Task statement :: Look in the material below for the line holding "v 0.4567 -1.1636 5.75". Set it down exactly, with each later line up to and including the line holding "f 105 106 100".

☆ ☆ ☆

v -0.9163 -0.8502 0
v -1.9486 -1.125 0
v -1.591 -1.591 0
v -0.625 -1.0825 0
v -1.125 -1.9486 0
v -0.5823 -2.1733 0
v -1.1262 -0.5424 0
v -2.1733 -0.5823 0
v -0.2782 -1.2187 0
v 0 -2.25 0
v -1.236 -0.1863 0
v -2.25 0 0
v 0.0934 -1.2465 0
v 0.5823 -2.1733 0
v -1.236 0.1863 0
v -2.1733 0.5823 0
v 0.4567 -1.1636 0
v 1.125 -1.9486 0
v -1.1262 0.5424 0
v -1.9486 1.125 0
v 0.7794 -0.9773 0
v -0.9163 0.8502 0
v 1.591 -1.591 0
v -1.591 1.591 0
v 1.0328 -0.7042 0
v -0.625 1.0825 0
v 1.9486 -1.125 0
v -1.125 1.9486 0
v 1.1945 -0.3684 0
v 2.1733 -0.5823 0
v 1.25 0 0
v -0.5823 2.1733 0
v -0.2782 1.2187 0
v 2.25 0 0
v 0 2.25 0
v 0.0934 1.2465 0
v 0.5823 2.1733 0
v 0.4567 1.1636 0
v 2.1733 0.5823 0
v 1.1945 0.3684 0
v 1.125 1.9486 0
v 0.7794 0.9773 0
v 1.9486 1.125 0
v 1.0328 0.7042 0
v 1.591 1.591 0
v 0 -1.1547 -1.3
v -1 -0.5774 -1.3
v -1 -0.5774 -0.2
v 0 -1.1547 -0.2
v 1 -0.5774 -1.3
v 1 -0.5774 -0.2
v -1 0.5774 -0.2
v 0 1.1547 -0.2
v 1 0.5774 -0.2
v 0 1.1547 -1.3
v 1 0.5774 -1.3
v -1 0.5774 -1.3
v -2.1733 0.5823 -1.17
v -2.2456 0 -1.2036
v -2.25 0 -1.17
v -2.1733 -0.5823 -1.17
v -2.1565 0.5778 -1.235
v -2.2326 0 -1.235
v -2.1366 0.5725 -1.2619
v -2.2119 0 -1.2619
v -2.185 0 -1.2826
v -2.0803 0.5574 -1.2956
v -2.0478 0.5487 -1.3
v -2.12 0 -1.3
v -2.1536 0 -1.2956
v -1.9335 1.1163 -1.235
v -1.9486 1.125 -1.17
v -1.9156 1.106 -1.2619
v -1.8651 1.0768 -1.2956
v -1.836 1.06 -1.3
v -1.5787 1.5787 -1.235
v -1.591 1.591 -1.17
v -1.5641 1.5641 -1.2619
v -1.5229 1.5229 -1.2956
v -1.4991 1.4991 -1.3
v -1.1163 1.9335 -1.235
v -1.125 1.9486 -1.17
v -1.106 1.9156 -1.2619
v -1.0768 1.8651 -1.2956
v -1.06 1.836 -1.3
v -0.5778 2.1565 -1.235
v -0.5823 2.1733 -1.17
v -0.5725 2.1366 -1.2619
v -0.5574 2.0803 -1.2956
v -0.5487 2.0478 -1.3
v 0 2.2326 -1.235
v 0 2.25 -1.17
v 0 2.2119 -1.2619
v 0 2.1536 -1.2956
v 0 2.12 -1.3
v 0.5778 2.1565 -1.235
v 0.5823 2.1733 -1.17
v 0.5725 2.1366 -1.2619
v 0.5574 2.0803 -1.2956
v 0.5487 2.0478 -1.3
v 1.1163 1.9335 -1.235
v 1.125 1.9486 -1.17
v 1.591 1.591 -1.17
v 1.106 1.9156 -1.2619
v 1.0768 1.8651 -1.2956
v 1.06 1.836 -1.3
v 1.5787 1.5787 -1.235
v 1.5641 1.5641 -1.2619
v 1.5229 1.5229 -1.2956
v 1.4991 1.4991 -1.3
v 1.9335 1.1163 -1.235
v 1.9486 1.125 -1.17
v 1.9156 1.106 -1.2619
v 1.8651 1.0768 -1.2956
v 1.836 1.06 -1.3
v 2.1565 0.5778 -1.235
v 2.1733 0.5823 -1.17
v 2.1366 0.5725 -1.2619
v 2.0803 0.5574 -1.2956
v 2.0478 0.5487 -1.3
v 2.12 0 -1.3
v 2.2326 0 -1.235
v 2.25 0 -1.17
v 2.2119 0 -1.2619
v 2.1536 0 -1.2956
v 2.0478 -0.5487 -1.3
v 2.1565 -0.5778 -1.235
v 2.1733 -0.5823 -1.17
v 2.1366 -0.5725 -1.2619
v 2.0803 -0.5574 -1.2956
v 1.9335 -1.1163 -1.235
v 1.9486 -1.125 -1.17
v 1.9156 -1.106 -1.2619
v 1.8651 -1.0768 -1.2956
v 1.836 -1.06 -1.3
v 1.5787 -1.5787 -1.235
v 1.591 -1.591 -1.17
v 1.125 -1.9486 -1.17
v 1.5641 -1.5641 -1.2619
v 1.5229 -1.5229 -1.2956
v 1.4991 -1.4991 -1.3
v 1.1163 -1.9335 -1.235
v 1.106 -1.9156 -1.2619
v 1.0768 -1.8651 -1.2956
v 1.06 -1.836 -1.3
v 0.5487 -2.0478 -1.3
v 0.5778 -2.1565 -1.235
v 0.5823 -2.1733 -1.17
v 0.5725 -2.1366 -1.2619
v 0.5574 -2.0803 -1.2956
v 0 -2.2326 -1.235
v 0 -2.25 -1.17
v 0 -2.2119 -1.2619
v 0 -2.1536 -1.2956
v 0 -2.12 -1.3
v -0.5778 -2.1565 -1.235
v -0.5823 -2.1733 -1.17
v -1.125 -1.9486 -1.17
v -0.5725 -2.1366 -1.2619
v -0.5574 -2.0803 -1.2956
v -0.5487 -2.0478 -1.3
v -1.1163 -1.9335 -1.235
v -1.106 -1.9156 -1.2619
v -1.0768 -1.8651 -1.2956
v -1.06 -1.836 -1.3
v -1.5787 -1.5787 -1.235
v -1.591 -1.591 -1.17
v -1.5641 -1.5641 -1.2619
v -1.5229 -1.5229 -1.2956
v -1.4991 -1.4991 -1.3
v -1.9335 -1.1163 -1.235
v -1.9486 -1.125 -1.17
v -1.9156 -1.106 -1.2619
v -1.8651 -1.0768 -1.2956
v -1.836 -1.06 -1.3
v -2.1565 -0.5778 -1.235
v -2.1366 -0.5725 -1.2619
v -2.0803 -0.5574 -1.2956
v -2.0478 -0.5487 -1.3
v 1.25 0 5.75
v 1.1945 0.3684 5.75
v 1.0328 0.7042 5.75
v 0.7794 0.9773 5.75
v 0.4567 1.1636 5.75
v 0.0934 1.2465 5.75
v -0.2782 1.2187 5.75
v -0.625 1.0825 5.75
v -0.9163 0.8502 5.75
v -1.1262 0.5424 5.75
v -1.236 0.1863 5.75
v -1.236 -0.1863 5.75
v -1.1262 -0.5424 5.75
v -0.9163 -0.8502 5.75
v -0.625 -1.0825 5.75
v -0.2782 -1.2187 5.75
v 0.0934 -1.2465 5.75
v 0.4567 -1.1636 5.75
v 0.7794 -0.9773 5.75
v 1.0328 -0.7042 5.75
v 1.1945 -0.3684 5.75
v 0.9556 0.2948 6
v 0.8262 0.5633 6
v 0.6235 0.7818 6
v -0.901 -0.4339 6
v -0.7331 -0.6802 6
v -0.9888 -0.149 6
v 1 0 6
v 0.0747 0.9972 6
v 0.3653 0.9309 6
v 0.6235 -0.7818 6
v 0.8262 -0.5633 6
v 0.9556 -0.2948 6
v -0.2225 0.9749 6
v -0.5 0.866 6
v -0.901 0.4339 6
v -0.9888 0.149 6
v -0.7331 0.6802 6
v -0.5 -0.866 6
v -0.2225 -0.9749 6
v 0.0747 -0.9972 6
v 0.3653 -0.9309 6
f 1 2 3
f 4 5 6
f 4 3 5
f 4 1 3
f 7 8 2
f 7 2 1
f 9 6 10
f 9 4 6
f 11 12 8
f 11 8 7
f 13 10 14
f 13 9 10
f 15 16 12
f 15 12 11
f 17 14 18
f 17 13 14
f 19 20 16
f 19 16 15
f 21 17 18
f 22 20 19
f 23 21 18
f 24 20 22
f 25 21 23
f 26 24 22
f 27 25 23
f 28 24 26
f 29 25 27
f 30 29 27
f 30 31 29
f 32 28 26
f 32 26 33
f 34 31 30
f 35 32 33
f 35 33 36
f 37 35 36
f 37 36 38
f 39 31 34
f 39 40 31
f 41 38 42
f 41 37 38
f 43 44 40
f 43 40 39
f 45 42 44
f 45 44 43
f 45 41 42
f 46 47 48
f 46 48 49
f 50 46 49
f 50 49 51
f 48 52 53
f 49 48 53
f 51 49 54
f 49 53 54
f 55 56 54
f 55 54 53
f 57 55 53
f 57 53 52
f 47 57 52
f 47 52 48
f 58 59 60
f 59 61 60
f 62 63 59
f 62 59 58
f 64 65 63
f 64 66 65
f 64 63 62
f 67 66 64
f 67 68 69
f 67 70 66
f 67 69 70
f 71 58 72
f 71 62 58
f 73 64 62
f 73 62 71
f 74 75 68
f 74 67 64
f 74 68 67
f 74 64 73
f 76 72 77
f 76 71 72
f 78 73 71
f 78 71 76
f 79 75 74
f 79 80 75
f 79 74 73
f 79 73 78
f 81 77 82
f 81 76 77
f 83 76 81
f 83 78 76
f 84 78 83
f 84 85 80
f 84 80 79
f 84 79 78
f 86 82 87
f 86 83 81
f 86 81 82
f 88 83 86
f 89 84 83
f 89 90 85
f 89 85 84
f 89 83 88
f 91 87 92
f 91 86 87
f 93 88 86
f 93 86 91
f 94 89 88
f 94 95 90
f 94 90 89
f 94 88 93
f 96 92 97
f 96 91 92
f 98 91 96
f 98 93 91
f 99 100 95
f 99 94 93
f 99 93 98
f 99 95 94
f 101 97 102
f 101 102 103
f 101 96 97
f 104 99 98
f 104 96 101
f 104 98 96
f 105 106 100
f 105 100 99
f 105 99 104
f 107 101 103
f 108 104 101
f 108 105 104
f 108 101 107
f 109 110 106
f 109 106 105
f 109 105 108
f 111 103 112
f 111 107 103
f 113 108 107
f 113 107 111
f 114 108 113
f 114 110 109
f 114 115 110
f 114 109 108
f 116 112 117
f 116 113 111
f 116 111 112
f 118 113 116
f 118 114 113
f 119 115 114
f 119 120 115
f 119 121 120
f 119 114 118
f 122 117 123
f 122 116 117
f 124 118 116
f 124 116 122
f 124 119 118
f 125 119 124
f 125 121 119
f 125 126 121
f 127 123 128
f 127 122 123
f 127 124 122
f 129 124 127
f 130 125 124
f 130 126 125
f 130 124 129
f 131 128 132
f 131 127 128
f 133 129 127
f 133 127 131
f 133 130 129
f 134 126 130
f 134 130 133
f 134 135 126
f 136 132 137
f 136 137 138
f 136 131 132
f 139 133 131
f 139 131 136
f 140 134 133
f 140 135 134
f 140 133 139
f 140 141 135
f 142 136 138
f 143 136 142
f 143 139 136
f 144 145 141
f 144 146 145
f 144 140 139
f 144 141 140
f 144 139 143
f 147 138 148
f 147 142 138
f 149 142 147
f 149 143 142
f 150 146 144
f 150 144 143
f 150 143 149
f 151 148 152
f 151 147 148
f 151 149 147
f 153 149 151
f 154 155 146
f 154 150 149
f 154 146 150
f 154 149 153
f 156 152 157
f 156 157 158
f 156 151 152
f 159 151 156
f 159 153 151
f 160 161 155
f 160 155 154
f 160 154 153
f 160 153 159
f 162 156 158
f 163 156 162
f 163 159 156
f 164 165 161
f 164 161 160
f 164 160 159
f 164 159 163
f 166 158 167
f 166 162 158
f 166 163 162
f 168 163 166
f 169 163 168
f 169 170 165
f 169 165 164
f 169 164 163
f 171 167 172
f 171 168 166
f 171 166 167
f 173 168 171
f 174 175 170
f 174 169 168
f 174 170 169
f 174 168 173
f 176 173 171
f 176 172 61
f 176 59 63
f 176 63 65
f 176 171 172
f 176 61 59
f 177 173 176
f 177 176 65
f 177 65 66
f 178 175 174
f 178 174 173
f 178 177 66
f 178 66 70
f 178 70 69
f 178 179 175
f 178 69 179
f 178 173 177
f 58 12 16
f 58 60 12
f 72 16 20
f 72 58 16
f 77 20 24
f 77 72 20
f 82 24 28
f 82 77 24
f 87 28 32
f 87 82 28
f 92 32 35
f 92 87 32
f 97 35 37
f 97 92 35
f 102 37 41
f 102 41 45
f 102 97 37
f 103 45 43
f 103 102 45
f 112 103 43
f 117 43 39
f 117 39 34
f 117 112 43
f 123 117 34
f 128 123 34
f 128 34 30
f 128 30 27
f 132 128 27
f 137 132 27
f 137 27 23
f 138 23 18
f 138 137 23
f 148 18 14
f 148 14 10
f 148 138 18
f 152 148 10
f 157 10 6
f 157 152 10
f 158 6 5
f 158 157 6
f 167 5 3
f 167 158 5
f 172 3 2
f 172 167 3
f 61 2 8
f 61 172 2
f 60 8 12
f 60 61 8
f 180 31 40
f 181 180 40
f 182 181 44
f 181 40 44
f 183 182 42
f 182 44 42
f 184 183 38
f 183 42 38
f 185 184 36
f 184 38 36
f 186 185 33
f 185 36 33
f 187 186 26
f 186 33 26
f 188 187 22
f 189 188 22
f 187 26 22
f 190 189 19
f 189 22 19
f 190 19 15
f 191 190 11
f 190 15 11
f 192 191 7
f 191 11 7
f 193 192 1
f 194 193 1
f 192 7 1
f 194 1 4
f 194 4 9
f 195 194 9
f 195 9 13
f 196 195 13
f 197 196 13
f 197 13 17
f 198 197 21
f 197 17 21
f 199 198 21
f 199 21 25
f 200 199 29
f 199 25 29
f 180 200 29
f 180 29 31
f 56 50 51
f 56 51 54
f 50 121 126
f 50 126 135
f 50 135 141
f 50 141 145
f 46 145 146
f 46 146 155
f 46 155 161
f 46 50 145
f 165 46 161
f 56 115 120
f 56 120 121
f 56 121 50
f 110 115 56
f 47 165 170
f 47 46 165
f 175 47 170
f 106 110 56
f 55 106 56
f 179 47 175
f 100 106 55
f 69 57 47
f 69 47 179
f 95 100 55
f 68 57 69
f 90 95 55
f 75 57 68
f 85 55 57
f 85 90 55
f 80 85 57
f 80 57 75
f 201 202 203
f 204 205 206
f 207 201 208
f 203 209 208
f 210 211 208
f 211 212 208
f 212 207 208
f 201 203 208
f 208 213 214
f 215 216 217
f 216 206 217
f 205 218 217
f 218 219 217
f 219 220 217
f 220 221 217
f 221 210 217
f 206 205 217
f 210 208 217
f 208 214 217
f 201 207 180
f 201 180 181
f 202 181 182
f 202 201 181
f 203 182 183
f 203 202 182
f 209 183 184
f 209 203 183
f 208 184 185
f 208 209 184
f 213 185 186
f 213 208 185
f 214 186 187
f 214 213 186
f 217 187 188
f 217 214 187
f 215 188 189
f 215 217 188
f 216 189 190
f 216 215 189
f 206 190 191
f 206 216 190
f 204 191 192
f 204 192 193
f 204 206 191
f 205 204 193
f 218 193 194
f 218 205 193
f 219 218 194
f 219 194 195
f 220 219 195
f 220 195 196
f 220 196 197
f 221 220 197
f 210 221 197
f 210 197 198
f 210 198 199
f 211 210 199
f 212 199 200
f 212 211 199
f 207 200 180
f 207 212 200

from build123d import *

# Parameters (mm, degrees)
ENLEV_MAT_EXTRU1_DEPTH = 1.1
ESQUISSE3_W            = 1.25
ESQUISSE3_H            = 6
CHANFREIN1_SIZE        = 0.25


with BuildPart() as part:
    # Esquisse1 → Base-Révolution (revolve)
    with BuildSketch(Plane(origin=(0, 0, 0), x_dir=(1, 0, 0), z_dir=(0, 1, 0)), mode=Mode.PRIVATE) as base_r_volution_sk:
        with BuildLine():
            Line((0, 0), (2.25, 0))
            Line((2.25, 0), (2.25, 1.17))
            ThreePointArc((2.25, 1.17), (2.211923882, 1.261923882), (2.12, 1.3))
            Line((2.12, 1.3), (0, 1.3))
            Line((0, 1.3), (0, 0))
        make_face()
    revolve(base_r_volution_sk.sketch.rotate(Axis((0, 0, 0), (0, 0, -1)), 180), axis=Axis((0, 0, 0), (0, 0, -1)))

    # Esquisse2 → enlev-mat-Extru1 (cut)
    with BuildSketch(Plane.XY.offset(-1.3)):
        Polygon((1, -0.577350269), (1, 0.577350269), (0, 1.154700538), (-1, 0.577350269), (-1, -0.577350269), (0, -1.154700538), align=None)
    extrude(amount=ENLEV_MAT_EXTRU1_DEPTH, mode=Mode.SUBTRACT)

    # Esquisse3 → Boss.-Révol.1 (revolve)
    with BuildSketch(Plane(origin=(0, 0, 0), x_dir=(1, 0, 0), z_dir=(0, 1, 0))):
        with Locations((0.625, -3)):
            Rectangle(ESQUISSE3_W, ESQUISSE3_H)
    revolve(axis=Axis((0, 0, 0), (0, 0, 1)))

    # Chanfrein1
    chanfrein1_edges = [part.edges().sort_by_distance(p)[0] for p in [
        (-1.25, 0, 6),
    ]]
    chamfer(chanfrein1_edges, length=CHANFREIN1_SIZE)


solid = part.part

☆ ☆ ☆

Answer box ::
v 0.4567 -1.1636 5.75
v 0.7794 -0.9773 5.75
v 1.0328 -0.7042 5.75
v 1.1945 -0.3684 5.75
v 0.9556 0.2948 6
v 0.8262 0.5633 6
v 0.6235 0.7818 6
v -0.901 -0.4339 6
v -0.7331 -0.6802 6
v -0.9888 -0.149 6
v 1 0 6
v 0.0747 0.9972 6
v 0.3653 0.9309 6
v 0.6235 -0.7818 6
v 0.8262 -0.5633 6
v 0.9556 -0.2948 6
v -0.2225 0.9749 6
v -0.5 0.866 6
v -0.901 0.4339 6
v -0.9888 0.149 6
v -0.7331 0.6802 6
v -0.5 -0.866 6
v -0.2225 -0.9749 6
v 0.0747 -0.9972 6
v 0.3653 -0.9309 6
f 1 2 3
f 4 5 6
f 4 3 5
f 4 1 3
f 7 8 2
f 7 2 1
f 9 6 10
f 9 4 6
f 11 12 8
f 11 8 7
f 13 10 14
f 13 9 10
f 15 16 12
f 15 12 11
f 17 14 18
f 17 13 14
f 19 20 16
f 19 16 15
f 21 17 18
f 22 20 19
f 23 21 18
f 24 20 22
f 25 21 23
f 26 24 22
f 27 25 23
f 28 24 26
f 29 25 27
f 30 29 27
f 30 31 29
f 32 28 26
f 32 26 33
f 34 31 30
f 35 32 33
f 35 33 36
f 37 35 36
f 37 36 38
f 39 31 34
f 39 40 31
f 41 38 42
f 41 37 38
f 43 44 40
f 43 40 39
f 45 42 44
f 45 44 43
f 45 41 42
f 46 47 48
f 46 48 49
f 50 46 49
f 50 49 51
f 48 52 53
f 49 48 53
f 51 49 54
f 49 53 54
f 55 56 54
f 55 54 53
f 57 55 53
f 57 53 52
f 47 57 52
f 47 52 48
f 58 59 60
f 59 61 60
f 62 63 59
f 62 59 58
f 64 65 63
f 64 66 65
f 64 63 62
f 67 66 64
f 67 68 69
f 67 70 66
f 67 69 70
f 71 58 72
f 71 62 58
f 73 64 62
f 73 62 71
f 74 75 68
f 74 67 64
f 74 68 67
f 74 64 73
f 76 72 77
f 76 71 72
f 78 73 71
f 78 71 76
f 79 75 74
f 79 80 75
f 79 74 73
f 79 73 78
f 81 77 82
f 81 76 77
f 83 76 81
f 83 78 76
f 84 78 83
f 84 85 80
f 84 80 79
f 84 79 78
f 86 82 87
f 86 83 81
f 86 81 82
f 88 83 86
f 89 84 83
f 89 90 85
f 89 85 84
f 89 83 88
f 91 87 92
f 91 86 87
f 93 88 86
f 93 86 91
f 94 89 88
f 94 95 90
f 94 90 89
f 94 88 93
f 96 92 97
f 96 91 92
f 98 91 96
f 98 93 91
f 99 100 95
f 99 94 93
f 99 93 98
f 99 95 94
f 101 97 102
f 101 102 103
f 101 96 97
f 104 99 98
f 104 96 101
f 104 98 96
f 105 106 100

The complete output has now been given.